"It shall be done," said Mr. Nape coldly and professionally. He said "good-bye," to his visitor on the doorstep and walked back to his "laboratory" slowly and importantly.

He found the scattered manuscript of his monologue and mechanically tidied it together. He missed the dummy newspaper "agony" and looked round for it. He saw a cutting on the floor, picked it up and put it away with the manuscript. Then he sat down to plan out his campaign.

He had a number of disguises in his room upstairs....

Two hours later a grimy workman with a heavy moustache and a bag of tools called, at 64 "to examine the gas fittings."

VII

The Duke looked at the workman tinkering awkwardly with a pendant. The "workman" in his inmost soul was fervently praying that this would be the last job. For an hour and a half he had sweated and toiled. The Duke had received him on his arrival, figuratively speaking, with open arms.

"You are just the man we want," he said enthusiastically, and had put him through a short catechism. Did he know anything about plumbing? Yes, said the workman doubtfully; and glazing and fixing water pipes, and gardening? added Hank.
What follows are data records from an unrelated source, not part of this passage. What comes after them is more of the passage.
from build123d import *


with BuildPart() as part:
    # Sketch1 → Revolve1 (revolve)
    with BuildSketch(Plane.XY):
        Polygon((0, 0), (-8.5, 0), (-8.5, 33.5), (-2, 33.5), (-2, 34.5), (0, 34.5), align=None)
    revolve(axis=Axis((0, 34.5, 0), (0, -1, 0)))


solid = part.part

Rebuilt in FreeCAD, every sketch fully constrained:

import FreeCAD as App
import Part
import Sketcher
from FreeCAD import Vector


def add_polygon(sketch, points):
    """Adds a closed chain of lines whose ends are joined by coincident constraints."""
    first, n = sketch.GeometryCount, len(points)
    for a, b in zip(points, points[1:] + points[:1]):
        sketch.addGeometry(Part.LineSegment(App.Vector(*a, 0), App.Vector(*b, 0)), False)
    for i in range(n):
        sketch.addConstraint(Sketcher.Constraint("Coincident", first + i, 2, first + (i + 1) % n, 1))

doc = App.newDocument("Part")
body = doc.addObject("PartDesign::Body", "Body")

# Sketch on XY plane
sketch1 = body.newObject("Sketcher::SketchObject", "Sketch")
sketch1.AttachmentSupport = (doc.getObject("XY_Plane"), [""])
sketch1.MapMode = "FlatFace"
add_polygon(sketch1, [(-8.5, 0), (0, 0), (0, 34.5), (-2, 34.5), (-2, 33.5), (-8.5, 33.5)])  # lines 0-5
sketch1.addConstraint([
    Sketcher.Constraint("Horizontal", 0),
    Sketcher.Constraint("Vertical", 1),
    Sketcher.Constraint("Horizontal", 2),
    Sketcher.Constraint("Vertical", 3),
    Sketcher.Constraint("Horizontal", 4),
    Sketcher.Constraint("Vertical", 5),
    Sketcher.Constraint("Coincident", 0, 2, -1, 1),
    Sketcher.Constraint("DistanceX", 2, 2, 2, 1, 2.0),
    Sketcher.Constraint("DistanceY", 3, 2, 3, 1, 1.0),
    Sketcher.Constraint("DistanceX", 0, 1, 0, 2, 8.5),
    Sketcher.Constraint("DistanceY", 1, 1, 1, 2, 34.5),
])
revolution = body.newObject("PartDesign::Revolution", "Revolution")
revolution.Profile = sketch1
revolution.ReferenceAxis = (sketch1, ["V_Axis"])
revolution.Angle = 360

doc.recompute()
The workman who was not quite sure whether all these accomplishments were comprehended in the profession of gas-fitter, thought however that it would be wisest to be on the safe side, and had answered "Yes."

So the Duke had led him to the little cellar, where he laboured hotly at a refractory electric battery, and Hank had pushed him up through a trap door out of the roof, where he, trembling, fixed a misplaced slate, and the Duke had insisted upon the ground being opened in the garden so that a defective drain-pipe might be repaired. After digging industriously, if unskilfully, for half an hour, it was discovered that the drain-pipe was in another part of the garden altogether.

Then he was taken into the common-room to fix the gas. Between the fear that his excessive exertions and their attendant perspiration, would melt the wax that affixed his noble moustache and the desire for information, Mr. Nape was more than ordinarily embarrassed. For there is little one may learn in a four-foot excavation, and the news whispered abroad on suburban housetops is scarcely worth remembering. Therefore he welcomed the adjournment to the common-room. Whilst he tinkered, the men talked, and at their first words Roderick pricked up his ears.